# New website,What do you think



## Tree services. (Aug 21, 2012)

Just got a new web site,What do you guys think.
Any thoughts?

Tree services


----------



## cfield (Aug 21, 2012)

Looks good man, I tried clicking on your "prices" link and it kept saying "error" might wanna check that out. Maybe add some pics too, all in all looks awesome. I like how you explain the importance of the different types of tree care and why to hire an arborist.


----------



## stihl023/5 (Aug 21, 2012)

Looks good


----------



## stltreedr (Aug 22, 2012)

Nice job. DId you build yourself? I agree that some pics and videos would be cool. I added an "in the news" section for any time that we are featured in the paper or article.
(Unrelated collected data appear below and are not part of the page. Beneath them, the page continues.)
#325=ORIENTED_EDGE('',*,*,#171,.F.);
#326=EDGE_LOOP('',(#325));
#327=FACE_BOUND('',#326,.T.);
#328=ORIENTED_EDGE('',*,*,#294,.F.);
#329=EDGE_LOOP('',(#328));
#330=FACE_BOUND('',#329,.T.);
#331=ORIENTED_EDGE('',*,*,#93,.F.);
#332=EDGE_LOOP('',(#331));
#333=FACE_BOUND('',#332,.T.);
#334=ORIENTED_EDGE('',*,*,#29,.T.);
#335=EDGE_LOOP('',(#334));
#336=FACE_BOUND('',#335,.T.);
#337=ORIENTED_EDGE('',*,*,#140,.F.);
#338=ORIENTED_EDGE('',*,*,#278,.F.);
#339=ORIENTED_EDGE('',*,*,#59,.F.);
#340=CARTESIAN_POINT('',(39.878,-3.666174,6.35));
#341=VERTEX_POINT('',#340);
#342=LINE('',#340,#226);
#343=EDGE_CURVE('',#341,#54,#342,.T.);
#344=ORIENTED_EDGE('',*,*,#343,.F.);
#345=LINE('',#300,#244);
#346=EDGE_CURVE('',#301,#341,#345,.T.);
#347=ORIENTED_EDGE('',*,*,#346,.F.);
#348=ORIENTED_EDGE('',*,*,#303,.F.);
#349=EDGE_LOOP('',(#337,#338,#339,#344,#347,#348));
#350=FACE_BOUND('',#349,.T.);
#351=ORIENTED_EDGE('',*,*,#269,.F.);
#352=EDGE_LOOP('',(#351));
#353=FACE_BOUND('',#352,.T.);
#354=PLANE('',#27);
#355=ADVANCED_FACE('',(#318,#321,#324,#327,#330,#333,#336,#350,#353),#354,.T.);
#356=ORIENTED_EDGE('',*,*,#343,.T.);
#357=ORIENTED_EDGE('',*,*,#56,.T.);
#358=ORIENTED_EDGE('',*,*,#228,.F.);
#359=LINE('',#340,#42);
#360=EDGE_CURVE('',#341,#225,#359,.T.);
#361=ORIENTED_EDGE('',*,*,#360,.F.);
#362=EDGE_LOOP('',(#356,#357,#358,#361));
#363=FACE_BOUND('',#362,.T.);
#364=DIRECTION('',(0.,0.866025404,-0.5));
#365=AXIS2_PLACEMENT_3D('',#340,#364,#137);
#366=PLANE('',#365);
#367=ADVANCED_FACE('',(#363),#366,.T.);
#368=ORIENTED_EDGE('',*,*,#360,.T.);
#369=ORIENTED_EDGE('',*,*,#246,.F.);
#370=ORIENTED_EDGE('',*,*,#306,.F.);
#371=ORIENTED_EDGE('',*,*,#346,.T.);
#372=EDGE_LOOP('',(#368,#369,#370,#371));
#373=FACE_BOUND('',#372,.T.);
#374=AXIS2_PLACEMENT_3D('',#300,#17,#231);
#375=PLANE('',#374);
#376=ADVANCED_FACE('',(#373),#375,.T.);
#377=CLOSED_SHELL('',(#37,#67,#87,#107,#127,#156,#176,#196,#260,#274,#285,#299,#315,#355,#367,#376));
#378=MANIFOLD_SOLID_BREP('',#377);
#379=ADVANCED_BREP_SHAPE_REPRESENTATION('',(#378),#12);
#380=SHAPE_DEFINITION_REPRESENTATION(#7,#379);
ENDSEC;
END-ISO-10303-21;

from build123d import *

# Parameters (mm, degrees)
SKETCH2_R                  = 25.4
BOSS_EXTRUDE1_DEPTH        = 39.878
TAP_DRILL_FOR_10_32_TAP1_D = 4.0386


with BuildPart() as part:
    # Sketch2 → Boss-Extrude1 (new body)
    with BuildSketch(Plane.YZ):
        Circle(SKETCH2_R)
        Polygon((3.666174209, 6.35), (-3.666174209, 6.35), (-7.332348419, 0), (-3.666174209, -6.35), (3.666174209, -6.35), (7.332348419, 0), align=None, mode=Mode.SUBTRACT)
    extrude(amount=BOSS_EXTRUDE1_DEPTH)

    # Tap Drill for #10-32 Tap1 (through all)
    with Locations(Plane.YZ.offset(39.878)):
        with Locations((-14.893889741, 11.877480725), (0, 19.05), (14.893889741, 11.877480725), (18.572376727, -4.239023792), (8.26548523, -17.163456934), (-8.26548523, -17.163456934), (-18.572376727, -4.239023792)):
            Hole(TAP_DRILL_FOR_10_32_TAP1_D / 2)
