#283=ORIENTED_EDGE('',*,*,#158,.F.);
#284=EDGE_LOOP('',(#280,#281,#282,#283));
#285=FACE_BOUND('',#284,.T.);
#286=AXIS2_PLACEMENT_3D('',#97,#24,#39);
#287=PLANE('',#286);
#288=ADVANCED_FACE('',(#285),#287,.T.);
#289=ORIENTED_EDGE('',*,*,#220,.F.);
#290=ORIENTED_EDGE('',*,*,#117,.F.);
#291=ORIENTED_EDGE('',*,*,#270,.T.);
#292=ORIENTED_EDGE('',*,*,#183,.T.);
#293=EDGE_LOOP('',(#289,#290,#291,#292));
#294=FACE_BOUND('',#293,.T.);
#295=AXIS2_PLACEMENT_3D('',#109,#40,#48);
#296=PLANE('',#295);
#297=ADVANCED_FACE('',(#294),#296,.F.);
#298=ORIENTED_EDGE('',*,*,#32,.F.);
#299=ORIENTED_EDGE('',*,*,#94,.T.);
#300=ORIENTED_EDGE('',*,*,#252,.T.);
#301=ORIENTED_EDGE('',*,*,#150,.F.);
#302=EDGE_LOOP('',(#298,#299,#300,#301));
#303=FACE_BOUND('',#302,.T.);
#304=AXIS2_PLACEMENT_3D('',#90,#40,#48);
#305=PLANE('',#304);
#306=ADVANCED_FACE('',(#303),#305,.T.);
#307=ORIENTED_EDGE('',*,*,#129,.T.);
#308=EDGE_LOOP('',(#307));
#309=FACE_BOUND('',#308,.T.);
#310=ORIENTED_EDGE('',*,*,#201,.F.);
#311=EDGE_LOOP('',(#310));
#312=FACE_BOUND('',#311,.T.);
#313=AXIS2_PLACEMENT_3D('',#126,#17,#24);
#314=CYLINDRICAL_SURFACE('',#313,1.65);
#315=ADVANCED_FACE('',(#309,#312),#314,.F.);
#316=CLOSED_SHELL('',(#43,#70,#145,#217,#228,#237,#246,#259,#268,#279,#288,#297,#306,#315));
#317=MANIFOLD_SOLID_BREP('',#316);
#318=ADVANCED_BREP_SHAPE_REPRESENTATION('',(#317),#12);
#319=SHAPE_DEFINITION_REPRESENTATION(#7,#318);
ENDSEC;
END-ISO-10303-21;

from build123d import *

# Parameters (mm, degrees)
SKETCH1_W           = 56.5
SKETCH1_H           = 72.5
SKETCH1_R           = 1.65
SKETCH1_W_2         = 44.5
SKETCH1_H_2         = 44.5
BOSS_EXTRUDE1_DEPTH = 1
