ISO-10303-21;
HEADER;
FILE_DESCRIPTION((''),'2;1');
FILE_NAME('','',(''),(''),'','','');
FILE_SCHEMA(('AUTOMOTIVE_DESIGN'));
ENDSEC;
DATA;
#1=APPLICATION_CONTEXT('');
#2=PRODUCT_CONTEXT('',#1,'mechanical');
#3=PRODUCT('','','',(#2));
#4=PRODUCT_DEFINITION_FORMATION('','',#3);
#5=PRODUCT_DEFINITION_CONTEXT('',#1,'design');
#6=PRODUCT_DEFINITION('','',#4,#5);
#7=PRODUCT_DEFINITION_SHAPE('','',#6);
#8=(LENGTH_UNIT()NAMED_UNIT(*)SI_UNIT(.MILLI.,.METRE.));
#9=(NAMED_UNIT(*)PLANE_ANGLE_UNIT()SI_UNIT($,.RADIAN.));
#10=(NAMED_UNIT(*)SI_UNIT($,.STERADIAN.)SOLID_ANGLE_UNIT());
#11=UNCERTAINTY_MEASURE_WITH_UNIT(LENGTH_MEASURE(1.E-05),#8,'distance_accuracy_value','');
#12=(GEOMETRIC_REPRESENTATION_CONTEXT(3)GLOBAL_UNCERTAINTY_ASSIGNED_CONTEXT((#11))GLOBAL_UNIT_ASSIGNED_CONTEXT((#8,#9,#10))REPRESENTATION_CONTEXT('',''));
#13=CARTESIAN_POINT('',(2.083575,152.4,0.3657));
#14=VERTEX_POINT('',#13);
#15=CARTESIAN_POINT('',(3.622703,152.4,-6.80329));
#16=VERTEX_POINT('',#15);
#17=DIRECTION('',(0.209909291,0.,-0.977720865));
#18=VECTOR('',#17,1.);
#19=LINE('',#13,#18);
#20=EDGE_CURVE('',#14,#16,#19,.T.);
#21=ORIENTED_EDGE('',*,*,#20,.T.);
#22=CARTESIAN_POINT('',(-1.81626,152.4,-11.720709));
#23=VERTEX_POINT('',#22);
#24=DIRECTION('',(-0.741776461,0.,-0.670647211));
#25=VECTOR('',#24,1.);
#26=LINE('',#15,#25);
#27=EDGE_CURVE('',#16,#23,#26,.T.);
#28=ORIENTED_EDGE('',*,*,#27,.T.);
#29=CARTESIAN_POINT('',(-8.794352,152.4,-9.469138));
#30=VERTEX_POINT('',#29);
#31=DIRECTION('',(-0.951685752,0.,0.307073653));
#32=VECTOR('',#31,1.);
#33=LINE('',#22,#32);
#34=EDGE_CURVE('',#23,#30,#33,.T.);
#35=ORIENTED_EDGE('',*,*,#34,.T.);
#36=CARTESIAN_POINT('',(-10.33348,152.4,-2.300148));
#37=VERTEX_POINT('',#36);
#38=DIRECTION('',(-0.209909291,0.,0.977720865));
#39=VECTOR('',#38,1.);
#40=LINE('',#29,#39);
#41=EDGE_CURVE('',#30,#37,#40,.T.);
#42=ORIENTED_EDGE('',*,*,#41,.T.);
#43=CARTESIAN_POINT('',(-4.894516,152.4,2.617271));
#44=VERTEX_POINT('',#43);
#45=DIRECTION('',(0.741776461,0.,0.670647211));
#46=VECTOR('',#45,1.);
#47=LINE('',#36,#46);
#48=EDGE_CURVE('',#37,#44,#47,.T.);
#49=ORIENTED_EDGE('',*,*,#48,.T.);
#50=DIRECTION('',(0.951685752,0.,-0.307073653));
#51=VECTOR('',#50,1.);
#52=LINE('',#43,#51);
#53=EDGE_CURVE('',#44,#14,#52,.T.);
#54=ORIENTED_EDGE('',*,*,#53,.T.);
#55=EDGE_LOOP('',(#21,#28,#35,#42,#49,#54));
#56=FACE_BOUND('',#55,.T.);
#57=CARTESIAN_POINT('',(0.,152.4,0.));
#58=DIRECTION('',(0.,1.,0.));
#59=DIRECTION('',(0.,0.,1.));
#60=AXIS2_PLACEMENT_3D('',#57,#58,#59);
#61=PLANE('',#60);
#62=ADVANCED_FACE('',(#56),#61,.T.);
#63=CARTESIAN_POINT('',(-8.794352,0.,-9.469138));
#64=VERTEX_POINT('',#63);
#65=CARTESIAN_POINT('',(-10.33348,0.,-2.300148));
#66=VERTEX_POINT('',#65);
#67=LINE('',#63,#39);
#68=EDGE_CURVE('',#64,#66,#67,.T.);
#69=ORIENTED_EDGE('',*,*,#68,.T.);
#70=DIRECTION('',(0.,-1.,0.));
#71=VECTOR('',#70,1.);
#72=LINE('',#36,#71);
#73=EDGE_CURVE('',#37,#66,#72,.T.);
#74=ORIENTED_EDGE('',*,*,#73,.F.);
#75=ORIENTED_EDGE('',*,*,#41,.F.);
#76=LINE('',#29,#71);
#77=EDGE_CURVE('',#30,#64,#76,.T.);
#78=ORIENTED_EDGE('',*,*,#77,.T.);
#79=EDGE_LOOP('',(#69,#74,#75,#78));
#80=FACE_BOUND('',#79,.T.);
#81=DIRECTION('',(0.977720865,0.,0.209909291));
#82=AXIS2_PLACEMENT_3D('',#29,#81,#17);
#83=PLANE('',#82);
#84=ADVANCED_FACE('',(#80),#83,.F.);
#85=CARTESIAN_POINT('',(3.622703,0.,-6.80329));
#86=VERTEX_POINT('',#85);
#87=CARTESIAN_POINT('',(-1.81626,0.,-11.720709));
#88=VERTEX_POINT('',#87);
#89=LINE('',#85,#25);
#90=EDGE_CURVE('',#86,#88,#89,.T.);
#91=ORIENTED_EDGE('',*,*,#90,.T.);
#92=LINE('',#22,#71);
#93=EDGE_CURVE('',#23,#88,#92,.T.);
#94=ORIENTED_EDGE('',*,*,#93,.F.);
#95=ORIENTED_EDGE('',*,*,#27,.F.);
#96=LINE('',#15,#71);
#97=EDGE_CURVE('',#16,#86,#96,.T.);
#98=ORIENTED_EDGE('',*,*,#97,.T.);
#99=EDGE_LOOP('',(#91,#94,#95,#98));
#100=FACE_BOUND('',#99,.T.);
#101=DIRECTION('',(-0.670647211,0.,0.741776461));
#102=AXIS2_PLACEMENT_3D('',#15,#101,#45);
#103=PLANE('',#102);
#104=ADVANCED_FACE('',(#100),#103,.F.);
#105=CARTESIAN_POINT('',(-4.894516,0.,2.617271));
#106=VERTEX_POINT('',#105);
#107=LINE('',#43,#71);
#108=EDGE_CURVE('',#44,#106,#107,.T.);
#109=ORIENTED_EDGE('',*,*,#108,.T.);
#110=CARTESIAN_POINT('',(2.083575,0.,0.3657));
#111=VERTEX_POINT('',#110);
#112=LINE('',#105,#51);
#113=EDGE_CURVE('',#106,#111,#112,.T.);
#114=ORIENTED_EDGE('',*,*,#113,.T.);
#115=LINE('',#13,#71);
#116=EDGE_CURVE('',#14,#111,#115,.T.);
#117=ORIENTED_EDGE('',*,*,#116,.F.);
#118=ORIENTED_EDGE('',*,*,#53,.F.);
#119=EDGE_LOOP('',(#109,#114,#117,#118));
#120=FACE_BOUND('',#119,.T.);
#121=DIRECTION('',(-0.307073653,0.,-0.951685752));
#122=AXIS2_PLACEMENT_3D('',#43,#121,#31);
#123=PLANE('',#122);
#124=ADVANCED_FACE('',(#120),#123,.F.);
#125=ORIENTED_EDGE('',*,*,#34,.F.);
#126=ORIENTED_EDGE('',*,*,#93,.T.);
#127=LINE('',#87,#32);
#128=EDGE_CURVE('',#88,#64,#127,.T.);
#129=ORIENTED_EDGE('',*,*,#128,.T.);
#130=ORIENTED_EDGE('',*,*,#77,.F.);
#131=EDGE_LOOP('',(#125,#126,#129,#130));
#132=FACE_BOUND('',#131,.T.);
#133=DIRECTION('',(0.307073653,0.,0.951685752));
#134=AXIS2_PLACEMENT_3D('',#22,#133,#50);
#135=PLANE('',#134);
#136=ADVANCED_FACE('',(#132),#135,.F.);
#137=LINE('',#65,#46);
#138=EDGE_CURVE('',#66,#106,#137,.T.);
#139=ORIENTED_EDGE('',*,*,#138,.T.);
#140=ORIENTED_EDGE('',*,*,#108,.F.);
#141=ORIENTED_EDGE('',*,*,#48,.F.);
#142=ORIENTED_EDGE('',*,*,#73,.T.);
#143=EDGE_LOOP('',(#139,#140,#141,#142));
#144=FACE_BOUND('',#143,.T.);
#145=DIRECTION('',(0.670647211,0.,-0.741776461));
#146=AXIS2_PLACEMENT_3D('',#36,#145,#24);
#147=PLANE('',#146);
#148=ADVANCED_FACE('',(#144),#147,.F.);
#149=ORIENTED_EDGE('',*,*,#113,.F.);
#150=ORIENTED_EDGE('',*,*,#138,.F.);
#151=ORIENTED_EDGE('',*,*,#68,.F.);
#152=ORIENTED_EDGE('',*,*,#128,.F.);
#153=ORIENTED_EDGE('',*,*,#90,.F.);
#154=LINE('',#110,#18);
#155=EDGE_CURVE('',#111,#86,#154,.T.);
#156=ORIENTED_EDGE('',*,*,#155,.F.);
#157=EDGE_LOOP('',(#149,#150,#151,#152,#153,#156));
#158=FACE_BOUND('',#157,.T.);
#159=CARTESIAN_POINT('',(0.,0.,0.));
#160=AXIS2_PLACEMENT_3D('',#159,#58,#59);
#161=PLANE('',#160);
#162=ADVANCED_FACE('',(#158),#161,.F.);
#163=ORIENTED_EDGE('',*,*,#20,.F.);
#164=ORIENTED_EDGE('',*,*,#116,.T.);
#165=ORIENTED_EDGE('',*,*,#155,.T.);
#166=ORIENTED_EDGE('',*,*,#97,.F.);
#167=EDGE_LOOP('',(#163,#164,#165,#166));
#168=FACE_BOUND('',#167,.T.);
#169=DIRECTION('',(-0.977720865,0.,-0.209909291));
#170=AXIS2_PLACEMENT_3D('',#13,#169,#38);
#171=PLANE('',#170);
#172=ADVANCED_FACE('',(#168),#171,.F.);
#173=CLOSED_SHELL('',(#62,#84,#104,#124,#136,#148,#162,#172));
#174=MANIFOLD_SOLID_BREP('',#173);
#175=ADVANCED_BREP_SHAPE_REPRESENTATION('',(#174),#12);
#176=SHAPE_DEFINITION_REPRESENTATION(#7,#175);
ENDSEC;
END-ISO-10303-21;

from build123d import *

# Parameters (mm, degrees)
BOSS_EXTRUDE1_DEPTH = 152.4


with BuildPart() as part:
    # Sketch1 → Boss-Extrude1 (new body)
    with BuildSketch(Plane(origin=(0, 0, 0), x_dir=(1, 0, 0), z_dir=(0, 1, 0))):
        Polygon((2.083575367, -0.365699732), (3.622703428, 6.803290305), (-1.816260032, 11.720709324), (-8.794351554, 9.469138307), (-10.333479615, 2.30014827), (-4.894516155, -2.617270749), align=None)
    extrude(amount=BOSS_EXTRUDE1_DEPTH)


solid = part.part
Keep up the good work.


----------



## Tree services. (Aug 24, 2012)

Cheers,

Yes did it myself,took a few evenings but pretty easy 
Pics and videos are on 'our work page'

Just starting to work on SEO to get a higher page rank,do any of you guys have any thoughts on that?


----------



## rtsims (Aug 24, 2012)

Did you put that together with Word Press?


----------



## JIMMYTreeWizard (Sep 5, 2012)

I'd take the photos of trees falling on houses out of the "our work" section... People may get the wrong idea


----------